What to work on: Lines to restate from the data below: from the one containing "#61=ADVANCED_FACE('',(#51,#58),#60,.T.);" to the one containing "circle A2 centre (2.5, -30.25) radius 1.25", both included. Give them again exactly, and only them.

Stored items
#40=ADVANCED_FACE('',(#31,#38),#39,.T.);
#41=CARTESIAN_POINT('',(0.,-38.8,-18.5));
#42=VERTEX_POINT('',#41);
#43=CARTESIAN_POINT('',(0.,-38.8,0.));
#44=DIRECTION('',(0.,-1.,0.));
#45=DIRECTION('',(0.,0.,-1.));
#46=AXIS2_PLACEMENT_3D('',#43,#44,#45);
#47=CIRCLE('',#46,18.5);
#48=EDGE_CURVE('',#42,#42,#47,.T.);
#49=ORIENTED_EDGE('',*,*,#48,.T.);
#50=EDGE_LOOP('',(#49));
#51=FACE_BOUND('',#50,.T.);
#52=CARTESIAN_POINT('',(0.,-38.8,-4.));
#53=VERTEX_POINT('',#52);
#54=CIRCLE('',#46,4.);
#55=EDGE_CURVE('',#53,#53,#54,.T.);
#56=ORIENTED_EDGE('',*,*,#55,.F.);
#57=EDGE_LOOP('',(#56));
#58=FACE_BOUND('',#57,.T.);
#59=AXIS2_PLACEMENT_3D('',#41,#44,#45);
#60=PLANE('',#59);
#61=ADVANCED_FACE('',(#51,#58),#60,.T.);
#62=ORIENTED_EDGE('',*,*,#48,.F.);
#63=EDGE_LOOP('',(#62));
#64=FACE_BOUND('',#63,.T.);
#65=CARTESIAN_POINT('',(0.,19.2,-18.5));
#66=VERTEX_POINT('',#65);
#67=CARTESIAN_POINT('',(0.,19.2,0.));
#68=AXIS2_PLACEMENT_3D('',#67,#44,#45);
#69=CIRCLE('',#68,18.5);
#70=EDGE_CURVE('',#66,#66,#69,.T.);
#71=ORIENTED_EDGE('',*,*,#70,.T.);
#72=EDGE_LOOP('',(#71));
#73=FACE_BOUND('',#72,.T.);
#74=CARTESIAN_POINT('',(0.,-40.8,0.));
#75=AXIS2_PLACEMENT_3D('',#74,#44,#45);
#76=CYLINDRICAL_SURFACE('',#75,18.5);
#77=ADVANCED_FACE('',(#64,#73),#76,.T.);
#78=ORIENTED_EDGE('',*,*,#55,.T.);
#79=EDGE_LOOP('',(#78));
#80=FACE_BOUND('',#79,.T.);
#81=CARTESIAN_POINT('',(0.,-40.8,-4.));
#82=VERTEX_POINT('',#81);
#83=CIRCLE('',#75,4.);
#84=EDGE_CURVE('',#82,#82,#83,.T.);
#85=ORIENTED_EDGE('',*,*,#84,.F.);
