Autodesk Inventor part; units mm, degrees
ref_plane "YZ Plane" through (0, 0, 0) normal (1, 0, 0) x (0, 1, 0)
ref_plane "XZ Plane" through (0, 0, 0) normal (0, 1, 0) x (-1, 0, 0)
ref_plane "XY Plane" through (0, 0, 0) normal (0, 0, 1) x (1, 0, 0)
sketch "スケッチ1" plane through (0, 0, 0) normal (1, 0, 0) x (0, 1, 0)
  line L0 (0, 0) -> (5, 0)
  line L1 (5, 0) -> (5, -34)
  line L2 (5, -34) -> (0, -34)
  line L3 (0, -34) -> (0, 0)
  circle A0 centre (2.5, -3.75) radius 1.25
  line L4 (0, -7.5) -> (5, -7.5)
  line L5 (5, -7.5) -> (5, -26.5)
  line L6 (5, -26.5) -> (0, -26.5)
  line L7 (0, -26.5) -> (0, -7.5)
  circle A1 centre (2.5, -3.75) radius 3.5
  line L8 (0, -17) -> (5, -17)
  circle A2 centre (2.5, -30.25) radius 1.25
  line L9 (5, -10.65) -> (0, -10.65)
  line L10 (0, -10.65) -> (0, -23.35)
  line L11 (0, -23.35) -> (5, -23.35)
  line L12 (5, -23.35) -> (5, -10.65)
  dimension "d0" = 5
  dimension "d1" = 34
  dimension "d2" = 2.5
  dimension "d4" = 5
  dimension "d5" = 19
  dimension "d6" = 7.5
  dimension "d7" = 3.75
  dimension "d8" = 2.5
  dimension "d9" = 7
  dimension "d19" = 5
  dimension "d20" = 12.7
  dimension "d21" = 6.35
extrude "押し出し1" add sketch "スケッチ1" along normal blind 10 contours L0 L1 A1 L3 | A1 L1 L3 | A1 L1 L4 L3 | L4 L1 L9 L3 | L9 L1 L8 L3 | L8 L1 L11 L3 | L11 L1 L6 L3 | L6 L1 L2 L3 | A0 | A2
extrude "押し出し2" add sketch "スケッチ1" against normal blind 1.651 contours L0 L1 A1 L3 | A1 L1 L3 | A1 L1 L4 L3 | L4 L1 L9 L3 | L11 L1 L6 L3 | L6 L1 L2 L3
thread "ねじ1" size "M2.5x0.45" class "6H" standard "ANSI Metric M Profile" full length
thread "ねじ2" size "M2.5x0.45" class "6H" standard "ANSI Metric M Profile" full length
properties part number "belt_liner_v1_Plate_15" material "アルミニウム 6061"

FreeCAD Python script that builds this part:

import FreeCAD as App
import Part
import Sketcher

doc = App.newDocument("Part")
params = doc.addObject("Spreadsheet::Sheet", "Params")
for row, (alias, value) in enumerate([
    ("sketch1_width", "5 mm"),
    ("sketch1_height", "34 mm"),
    ("pad1_length", "10 mm"),
    ("sketch2_diameter", "2.5 mm"),
    ("sketch2_width", "5 mm"),
    ("pad2_length", "1.651 mm"),
], start=1):
    params.set(f"A{row}", alias)
    params.set(f"B{row}", "=" + value)
    params.setAlias(f"B{row}", alias)

body = doc.addObject("PartDesign::Body", "Body")

# Sketch on YZ plane
sketch1 = doc.addObject("Sketcher::SketchObject", "Sketch")
body.addObject(sketch1)
sketch1.AttachmentSupport = (doc.YZ_Plane, [""])
sketch1.MapMode = "FlatFace"
sketch1.addGeometry(Part.LineSegment(App.Vector(5, 0, 0), App.Vector(0, 0, 0)), False)
sketch1.addGeometry(Part.LineSegment(App.Vector(0, 0, 0), App.Vector(0, -34, 0)), False)
sketch1.addGeometry(Part.LineSegment(App.Vector(0, -34, 0), App.Vector(5, -34, 0)), False)
sketch1.addGeometry(Part.LineSegment(App.Vector(5, -34, 0), App.Vector(5, 0, 0)), False)
sketch1.addConstraint(Sketcher.Constraint("Coincident", 0, 2, 1, 1))
sketch1.addConstraint(Sketcher.Constraint("Coincident", 1, 2, 2, 1))
sketch1.addConstraint(Sketcher.Constraint("Coincident", 2, 2, 3, 1))
sketch1.addConstraint(Sketcher.Constraint("Coincident", 3, 2, 0, 1))
sketch1.addConstraint(Sketcher.Constraint("Horizontal", 0))
sketch1.addConstraint(Sketcher.Constraint("Vertical", 1))
sketch1.addConstraint(Sketcher.Constraint("Horizontal", 2))
sketch1.addConstraint(Sketcher.Constraint("Vertical", 3))
sketch1.addConstraint(Sketcher.Constraint("Coincident", 0, 2, -1, 1))
sketch1.addConstraint(Sketcher.Constraint("DistanceX", 0, 2, 0, 1, 5.0))
sketch1.addConstraint(Sketcher.Constraint("DistanceY", 1, 2, 1, 1, 34.0))
sketch1.setExpression("Constraints[9]", "Params.sketch1_width")
sketch1.setExpression("Constraints[10]", "Params.sketch1_height")
pad1 = doc.addObject("PartDesign::Pad", "Pad")
body.addObject(pad1)
pad1.Profile = sketch1
pad1.setExpression("Length", "Params.pad1_length")

# Sketch on YZ plane
sketch2 = doc.addObject("Sketcher::SketchObject", "Sketch001")
body.addObject(sketch2)
sketch2.AttachmentSupport = (doc.YZ_Plane, [""])
sketch2.MapMode = "FlatFace"
sketch2.addGeometry(Part.LineSegment(App.Vector(5, 0, 0), App.Vector(0, 0, 0)), False)
sketch2.addGeometry(Part.LineSegment(App.Vector(0, 0, 0), App.Vector(0, -10.7, 0)), False)
sketch2.addGeometry(Part.LineSegment(App.Vector(0, -10.7, 0), App.Vector(5, -10.7, 0)), False)
sketch2.addGeometry(Part.LineSegment(App.Vector(5, -10.7, 0), App.Vector(5, 0, 0)), False)
sketch2.addGeometry(Part.Circle(App.Vector(2.5, -3.8, 0), App.Vector(0, 0, 1), 1.2), False)
sketch2.addGeometry(Part.LineSegment(App.Vector(5, -23.4, 0), App.Vector(0, -23.4, 0)), False)
sketch2.addGeometry(Part.LineSegment(App.Vector(0, -23.4, 0), App.Vector(0, -34, 0)), False)
sketch2.addGeometry(Part.LineSegment(App.Vector(0, -34, 0), App.Vector(5, -34, 0)), False)
sketch2.addGeometry(Part.LineSegment(App.Vector(5, -34, 0), App.Vector(5, -23.4, 0)), False)
sketch2.addGeometry(Part.Circle(App.Vector(2.5, -30.2, 0), App.Vector(0, 0, 1), 1.2), False)
sketch2.addConstraint(Sketcher.Constraint("Coincident", 0, 2, 1, 1))
sketch2.addConstraint(Sketcher.Constraint("Coincident", 1, 2, 2, 1))
sketch2.addConstraint(Sketcher.Constraint("Coincident", 2, 2, 3, 1))
sketch2.addConstraint(Sketcher.Constraint("Coincident", 3, 2, 0, 1))
sketch2.addConstraint(Sketcher.Constraint("Coincident", 5, 2, 6, 1))
sketch2.addConstraint(Sketcher.Constraint("Coincident", 6, 2, 7, 1))
sketch2.addConstraint(Sketcher.Constraint("Coincident", 7, 2, 8, 1))
sketch2.addConstraint(Sketcher.Constraint("Coincident", 8, 2, 5, 1))
sketch2.addConstraint(Sketcher.Constraint("Horizontal", 0))
sketch2.addConstraint(Sketcher.Constraint("Vertical", 1))
sketch2.addConstraint(Sketcher.Constraint("Horizontal", 2))
sketch2.addConstraint(Sketcher.Constraint("Vertical", 3))
sketch2.addConstraint(Sketcher.Constraint("Horizontal", 5))
sketch2.addConstraint(Sketcher.Constraint("Vertical", 6))
sketch2.addConstraint(Sketcher.Constraint("Horizontal", 7))
sketch2.addConstraint(Sketcher.Constraint("Vertical", 8))
sketch2.addConstraint(Sketcher.Constraint("Coincident", 0, 2, -1, 1))
sketch2.addConstraint(Sketcher.Constraint("Equal", 4, 9))
sketch2.addConstraint(Sketcher.Constraint("PointOnObject", 5, 2, -2))
sketch2.addConstraint(Sketcher.Constraint("Vertical", 4, 3, 9, 3))
sketch2.addConstraint(Sketcher.Constraint("Vertical", 3, 2, 7, 2))
sketch2.addConstraint(Sketcher.Constraint("Equal", 3, 6))
sketch2.addConstraint(Sketcher.Constraint("Diameter", 4, 2.5))
sketch2.addConstraint(Sketcher.Constraint("DistanceX", 0, 2, 0, 1, 5.0))
sketch2.addConstraint(Sketcher.Constraint("DistanceY", 6, 2, -1, 1, 34.0))
sketch2.addConstraint(Sketcher.Constraint("DistanceX", -1, 1, 4, 3, 2.5))
sketch2.addConstraint(Sketcher.Constraint("DistanceY", 5, 2, 1, 2, 12.7))
sketch2.addConstraint(Sketcher.Constraint("DistanceY", 4, 3, -1, 1, 3.75))
sketch2.addConstraint(Sketcher.Constraint("DistanceY", 6, 2, 9, 3, 3.75))
sketch2.setExpression("Constraints[22]", "Params.sketch2_diameter")
sketch2.setExpression("Constraints[23]", "Params.sketch2_width")
pad2 = doc.addObject("PartDesign::Pad", "Pad001")
body.addObject(pad2)
pad2.Profile = sketch2
pad2.setExpression("Length", "Params.pad2_length")
pad2.Reversed = True

doc.recompute()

Solved problem:
#61=ADVANCED_FACE('',(#51,#58),#60,.T.);
#62=ORIENTED_EDGE('',*,*,#48,.F.);
#63=EDGE_LOOP('',(#62));
#64=FACE_BOUND('',#63,.T.);
#65=CARTESIAN_POINT('',(0.,19.2,-18.5));
#66=VERTEX_POINT('',#65);
#67=CARTESIAN_POINT('',(0.,19.2,0.));
#68=AXIS2_PLACEMENT_3D('',#67,#44,#45);
#69=CIRCLE('',#68,18.5);
#70=EDGE_CURVE('',#66,#66,#69,.T.);
#71=ORIENTED_EDGE('',*,*,#70,.T.);
#72=EDGE_LOOP('',(#71));
#73=FACE_BOUND('',#72,.T.);
#74=CARTESIAN_POINT('',(0.,-40.8,0.));
#75=AXIS2_PLACEMENT_3D('',#74,#44,#45);
#76=CYLINDRICAL_SURFACE('',#75,18.5);
#77=ADVANCED_FACE('',(#64,#73),#76,.T.);
#78=ORIENTED_EDGE('',*,*,#55,.T.);
#79=EDGE_LOOP('',(#78));
#80=FACE_BOUND('',#79,.T.);
#81=CARTESIAN_POINT('',(0.,-40.8,-4.));
#82=VERTEX_POINT('',#81);
#83=CIRCLE('',#75,4.);
#84=EDGE_CURVE('',#82,#82,#83,.T.);
#85=ORIENTED_EDGE('',*,*,#84,.F.);
Autodesk Inventor part; units mm, degrees
ref_plane "YZ Plane" through (0, 0, 0) normal (1, 0, 0) x (0, 1, 0)
ref_plane "XZ Plane" through (0, 0, 0) normal (0, 1, 0) x (-1, 0, 0)
ref_plane "XY Plane" through (0, 0, 0) normal (0, 0, 1) x (1, 0, 0)
sketch "スケッチ1" plane through (0, 0, 0) normal (1, 0, 0) x (0, 1, 0)
  line L0 (0, 0) -> (5, 0)
  line L1 (5, 0) -> (5, -34)
  line L2 (5, -34) -> (0, -34)
  line L3 (0, -34) -> (0, 0)
  circle A0 centre (2.5, -3.75) radius 1.25
  line L4 (0, -7.5) -> (5, -7.5)
  line L5 (5, -7.5) -> (5, -26.5)
  line L6 (5, -26.5) -> (0, -26.5)
  line L7 (0, -26.5) -> (0, -7.5)
  circle A1 centre (2.5, -3.75) radius 3.5
  line L8 (0, -17) -> (5, -17)
  circle A2 centre (2.5, -30.25) radius 1.25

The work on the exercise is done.